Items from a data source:

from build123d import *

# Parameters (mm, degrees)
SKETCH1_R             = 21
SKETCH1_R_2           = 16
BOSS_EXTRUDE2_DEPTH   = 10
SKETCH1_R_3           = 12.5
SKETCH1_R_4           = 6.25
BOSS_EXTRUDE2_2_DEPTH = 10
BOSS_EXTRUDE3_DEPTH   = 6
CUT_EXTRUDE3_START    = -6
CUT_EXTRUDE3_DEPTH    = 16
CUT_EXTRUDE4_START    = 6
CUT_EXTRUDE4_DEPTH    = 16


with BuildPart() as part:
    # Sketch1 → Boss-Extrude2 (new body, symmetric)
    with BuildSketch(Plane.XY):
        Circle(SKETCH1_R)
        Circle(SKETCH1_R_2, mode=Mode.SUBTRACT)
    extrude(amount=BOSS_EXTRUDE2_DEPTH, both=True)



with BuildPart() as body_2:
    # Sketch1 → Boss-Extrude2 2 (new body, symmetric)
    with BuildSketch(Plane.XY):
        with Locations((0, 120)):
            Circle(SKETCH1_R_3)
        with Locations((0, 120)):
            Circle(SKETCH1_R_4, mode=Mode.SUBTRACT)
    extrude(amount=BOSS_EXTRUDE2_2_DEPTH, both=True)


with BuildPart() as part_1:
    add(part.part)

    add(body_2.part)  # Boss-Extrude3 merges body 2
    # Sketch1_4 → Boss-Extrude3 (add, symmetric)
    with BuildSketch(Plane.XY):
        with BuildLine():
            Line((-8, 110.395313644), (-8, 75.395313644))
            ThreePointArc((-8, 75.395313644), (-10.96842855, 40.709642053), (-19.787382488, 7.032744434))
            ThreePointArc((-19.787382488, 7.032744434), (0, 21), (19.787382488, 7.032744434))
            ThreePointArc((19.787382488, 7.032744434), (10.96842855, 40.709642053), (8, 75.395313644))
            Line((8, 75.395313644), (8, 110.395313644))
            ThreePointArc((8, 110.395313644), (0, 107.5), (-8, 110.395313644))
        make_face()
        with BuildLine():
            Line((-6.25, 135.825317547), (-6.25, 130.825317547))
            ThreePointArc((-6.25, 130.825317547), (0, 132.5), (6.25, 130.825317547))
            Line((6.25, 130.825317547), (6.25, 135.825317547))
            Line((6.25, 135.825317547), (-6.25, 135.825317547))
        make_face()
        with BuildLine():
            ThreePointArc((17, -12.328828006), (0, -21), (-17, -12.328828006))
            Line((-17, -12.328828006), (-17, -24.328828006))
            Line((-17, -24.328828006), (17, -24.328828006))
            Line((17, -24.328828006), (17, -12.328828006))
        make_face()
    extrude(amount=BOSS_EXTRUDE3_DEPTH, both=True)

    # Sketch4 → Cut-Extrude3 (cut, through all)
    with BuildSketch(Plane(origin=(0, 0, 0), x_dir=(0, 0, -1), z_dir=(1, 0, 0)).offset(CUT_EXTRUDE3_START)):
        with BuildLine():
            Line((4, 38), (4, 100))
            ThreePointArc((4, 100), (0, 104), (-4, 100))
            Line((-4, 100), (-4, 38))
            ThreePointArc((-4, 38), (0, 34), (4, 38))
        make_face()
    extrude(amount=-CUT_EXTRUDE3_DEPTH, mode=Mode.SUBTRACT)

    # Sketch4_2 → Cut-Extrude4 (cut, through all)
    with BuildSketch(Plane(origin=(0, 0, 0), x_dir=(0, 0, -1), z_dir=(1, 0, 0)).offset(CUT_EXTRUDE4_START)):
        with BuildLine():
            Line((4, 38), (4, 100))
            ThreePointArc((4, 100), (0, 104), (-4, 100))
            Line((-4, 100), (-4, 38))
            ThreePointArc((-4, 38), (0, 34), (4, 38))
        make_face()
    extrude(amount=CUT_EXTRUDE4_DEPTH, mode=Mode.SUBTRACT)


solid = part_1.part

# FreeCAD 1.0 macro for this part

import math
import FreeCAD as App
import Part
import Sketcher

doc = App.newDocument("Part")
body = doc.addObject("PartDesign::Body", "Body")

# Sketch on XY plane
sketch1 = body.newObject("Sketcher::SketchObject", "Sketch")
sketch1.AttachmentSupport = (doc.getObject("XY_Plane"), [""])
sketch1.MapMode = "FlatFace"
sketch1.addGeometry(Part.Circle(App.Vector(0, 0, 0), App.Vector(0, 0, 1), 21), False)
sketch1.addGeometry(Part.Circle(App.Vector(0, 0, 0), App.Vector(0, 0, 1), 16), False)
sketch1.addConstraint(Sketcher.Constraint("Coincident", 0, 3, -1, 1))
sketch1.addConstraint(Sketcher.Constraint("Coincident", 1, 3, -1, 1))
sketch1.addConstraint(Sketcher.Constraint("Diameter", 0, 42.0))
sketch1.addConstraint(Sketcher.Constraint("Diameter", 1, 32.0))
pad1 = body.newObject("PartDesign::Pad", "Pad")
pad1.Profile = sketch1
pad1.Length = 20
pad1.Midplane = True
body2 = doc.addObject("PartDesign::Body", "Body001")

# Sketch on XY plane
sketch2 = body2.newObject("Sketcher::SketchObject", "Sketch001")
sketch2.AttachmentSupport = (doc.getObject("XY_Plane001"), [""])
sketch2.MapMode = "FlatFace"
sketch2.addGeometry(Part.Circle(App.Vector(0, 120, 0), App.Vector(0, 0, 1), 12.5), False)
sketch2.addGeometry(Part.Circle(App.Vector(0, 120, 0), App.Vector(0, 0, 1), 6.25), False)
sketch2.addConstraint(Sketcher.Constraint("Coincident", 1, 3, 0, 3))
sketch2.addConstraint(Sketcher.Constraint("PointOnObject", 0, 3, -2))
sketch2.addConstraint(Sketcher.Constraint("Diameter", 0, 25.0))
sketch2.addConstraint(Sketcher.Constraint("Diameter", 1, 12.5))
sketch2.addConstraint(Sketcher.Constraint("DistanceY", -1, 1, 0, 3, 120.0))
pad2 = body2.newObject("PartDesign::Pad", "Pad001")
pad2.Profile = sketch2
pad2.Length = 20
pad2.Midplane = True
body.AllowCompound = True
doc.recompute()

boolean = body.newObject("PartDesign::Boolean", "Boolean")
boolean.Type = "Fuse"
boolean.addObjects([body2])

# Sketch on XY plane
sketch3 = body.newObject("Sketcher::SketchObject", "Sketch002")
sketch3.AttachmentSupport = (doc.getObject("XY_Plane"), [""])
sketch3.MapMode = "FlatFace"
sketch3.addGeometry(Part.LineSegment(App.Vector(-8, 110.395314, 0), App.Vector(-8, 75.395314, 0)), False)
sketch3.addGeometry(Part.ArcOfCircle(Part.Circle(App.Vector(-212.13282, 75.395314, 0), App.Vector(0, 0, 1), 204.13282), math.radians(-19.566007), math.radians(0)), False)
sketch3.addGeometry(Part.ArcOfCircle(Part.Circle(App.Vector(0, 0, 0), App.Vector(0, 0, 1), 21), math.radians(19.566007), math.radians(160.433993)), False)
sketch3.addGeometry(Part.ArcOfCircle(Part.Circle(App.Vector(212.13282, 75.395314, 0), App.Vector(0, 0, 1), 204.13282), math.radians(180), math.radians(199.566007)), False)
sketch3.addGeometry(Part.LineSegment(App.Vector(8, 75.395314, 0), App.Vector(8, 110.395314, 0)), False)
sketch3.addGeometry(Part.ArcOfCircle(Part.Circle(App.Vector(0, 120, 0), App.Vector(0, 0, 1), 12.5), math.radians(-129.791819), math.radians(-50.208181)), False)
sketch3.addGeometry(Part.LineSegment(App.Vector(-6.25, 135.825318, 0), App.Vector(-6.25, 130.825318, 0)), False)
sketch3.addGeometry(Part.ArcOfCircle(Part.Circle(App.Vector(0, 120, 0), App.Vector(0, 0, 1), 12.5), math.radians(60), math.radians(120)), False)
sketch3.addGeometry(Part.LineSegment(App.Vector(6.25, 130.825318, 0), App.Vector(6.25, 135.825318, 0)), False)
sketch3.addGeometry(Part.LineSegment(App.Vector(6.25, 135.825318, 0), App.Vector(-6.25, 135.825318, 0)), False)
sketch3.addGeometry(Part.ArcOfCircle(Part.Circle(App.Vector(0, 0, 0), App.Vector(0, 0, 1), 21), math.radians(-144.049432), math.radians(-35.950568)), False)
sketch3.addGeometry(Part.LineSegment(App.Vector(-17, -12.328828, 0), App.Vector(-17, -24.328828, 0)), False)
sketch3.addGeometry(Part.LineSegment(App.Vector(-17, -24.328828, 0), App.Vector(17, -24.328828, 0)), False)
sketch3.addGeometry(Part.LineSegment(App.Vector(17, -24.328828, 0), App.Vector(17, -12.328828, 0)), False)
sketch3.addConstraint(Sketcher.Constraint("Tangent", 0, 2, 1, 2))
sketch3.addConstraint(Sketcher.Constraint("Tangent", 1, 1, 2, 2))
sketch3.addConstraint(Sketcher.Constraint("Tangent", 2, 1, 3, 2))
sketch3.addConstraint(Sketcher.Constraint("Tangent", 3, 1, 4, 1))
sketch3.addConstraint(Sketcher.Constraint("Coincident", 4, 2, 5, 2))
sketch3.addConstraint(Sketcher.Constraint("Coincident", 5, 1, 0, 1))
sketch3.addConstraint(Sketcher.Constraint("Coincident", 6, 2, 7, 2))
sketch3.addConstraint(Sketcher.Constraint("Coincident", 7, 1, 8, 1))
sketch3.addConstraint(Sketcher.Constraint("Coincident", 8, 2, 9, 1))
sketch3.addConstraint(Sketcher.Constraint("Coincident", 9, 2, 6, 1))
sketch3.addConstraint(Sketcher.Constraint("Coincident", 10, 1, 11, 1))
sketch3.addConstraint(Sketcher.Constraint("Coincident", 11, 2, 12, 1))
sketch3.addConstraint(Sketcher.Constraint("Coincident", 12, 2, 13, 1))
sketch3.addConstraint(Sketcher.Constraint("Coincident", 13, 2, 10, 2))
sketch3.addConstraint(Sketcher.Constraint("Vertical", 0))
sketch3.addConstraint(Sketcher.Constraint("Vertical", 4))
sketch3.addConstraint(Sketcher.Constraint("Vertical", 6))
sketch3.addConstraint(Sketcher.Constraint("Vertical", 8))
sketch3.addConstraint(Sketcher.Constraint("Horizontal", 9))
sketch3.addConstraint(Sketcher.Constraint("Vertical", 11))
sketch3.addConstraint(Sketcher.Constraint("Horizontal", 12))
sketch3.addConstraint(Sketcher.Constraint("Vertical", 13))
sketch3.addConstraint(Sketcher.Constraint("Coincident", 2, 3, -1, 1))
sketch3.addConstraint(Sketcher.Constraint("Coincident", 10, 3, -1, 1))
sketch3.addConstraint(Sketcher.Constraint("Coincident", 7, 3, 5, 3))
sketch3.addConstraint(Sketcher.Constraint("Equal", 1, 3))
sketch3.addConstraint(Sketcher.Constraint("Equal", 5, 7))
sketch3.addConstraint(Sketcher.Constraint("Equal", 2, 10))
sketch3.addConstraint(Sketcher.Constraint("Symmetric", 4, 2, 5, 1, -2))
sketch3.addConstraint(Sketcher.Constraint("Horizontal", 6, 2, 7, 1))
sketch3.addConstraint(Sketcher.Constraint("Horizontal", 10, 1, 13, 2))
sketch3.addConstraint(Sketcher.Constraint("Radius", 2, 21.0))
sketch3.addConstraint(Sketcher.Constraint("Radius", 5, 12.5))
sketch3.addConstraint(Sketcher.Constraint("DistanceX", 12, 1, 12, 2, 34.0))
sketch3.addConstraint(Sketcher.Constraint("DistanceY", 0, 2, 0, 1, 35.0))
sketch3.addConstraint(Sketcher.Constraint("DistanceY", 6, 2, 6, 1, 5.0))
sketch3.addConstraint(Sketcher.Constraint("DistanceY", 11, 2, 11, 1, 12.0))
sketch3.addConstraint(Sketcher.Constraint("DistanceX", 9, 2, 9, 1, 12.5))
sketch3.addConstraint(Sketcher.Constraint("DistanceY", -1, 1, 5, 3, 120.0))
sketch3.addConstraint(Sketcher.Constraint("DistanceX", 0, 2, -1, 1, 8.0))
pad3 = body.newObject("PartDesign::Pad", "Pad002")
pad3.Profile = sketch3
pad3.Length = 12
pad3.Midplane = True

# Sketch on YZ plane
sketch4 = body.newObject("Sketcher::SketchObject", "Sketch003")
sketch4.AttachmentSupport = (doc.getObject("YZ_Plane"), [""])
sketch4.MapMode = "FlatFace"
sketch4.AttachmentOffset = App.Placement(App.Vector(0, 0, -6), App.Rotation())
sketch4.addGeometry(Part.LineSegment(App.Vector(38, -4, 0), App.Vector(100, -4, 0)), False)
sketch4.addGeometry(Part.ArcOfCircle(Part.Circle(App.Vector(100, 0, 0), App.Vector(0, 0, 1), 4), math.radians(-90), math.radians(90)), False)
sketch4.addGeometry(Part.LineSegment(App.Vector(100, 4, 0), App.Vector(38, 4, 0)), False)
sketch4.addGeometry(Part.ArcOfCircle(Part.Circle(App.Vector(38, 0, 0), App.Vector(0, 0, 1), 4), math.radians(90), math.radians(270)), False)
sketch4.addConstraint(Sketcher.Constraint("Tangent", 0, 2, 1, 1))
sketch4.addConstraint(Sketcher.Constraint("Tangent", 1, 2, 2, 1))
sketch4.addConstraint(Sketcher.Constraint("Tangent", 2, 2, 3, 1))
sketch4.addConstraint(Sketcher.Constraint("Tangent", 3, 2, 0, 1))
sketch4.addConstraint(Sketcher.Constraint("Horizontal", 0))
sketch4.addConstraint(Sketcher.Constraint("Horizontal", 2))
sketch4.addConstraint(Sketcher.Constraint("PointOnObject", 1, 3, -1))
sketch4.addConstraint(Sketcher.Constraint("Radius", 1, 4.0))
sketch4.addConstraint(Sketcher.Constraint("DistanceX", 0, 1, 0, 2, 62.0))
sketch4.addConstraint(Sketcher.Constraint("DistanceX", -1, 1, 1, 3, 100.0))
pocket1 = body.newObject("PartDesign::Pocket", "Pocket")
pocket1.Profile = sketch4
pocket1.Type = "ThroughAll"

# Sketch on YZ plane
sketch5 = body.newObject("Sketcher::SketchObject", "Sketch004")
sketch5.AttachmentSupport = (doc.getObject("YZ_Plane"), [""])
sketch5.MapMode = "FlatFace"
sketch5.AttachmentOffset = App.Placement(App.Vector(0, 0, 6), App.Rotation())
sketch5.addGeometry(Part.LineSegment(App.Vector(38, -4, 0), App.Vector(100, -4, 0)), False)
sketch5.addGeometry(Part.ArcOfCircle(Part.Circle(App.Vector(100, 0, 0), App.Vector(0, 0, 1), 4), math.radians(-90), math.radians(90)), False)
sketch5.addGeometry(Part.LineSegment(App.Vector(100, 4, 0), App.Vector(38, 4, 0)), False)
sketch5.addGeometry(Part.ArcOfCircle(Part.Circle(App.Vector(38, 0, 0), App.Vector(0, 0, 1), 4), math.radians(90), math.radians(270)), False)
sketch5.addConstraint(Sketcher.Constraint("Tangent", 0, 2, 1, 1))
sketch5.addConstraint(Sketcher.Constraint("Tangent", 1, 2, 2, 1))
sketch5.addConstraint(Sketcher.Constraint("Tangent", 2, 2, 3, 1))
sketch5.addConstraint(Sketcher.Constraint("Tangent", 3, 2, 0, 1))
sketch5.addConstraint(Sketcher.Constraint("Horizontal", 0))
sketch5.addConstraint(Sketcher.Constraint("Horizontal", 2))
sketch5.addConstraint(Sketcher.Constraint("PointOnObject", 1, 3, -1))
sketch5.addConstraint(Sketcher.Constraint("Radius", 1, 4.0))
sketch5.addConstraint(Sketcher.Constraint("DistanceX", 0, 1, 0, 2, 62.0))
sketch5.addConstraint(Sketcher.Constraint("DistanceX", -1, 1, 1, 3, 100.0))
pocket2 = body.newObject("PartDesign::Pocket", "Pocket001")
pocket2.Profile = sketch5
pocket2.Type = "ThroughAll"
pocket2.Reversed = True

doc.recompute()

TASK INSTRUCTIONS:
Which lines in the data hold the string "amount"? Copy each of them.

RESPONSE AREA:
    extrude(amount=BOSS_EXTRUDE2_DEPTH, both=True)
    extrude(amount=BOSS_EXTRUDE2_2_DEPTH, both=True)
    extrude(amount=BOSS_EXTRUDE3_DEPTH, both=True)
    extrude(amount=-CUT_EXTRUDE3_DEPTH, mode=Mode.SUBTRACT)
    extrude(amount=CUT_EXTRUDE4_DEPTH, mode=Mode.SUBTRACT)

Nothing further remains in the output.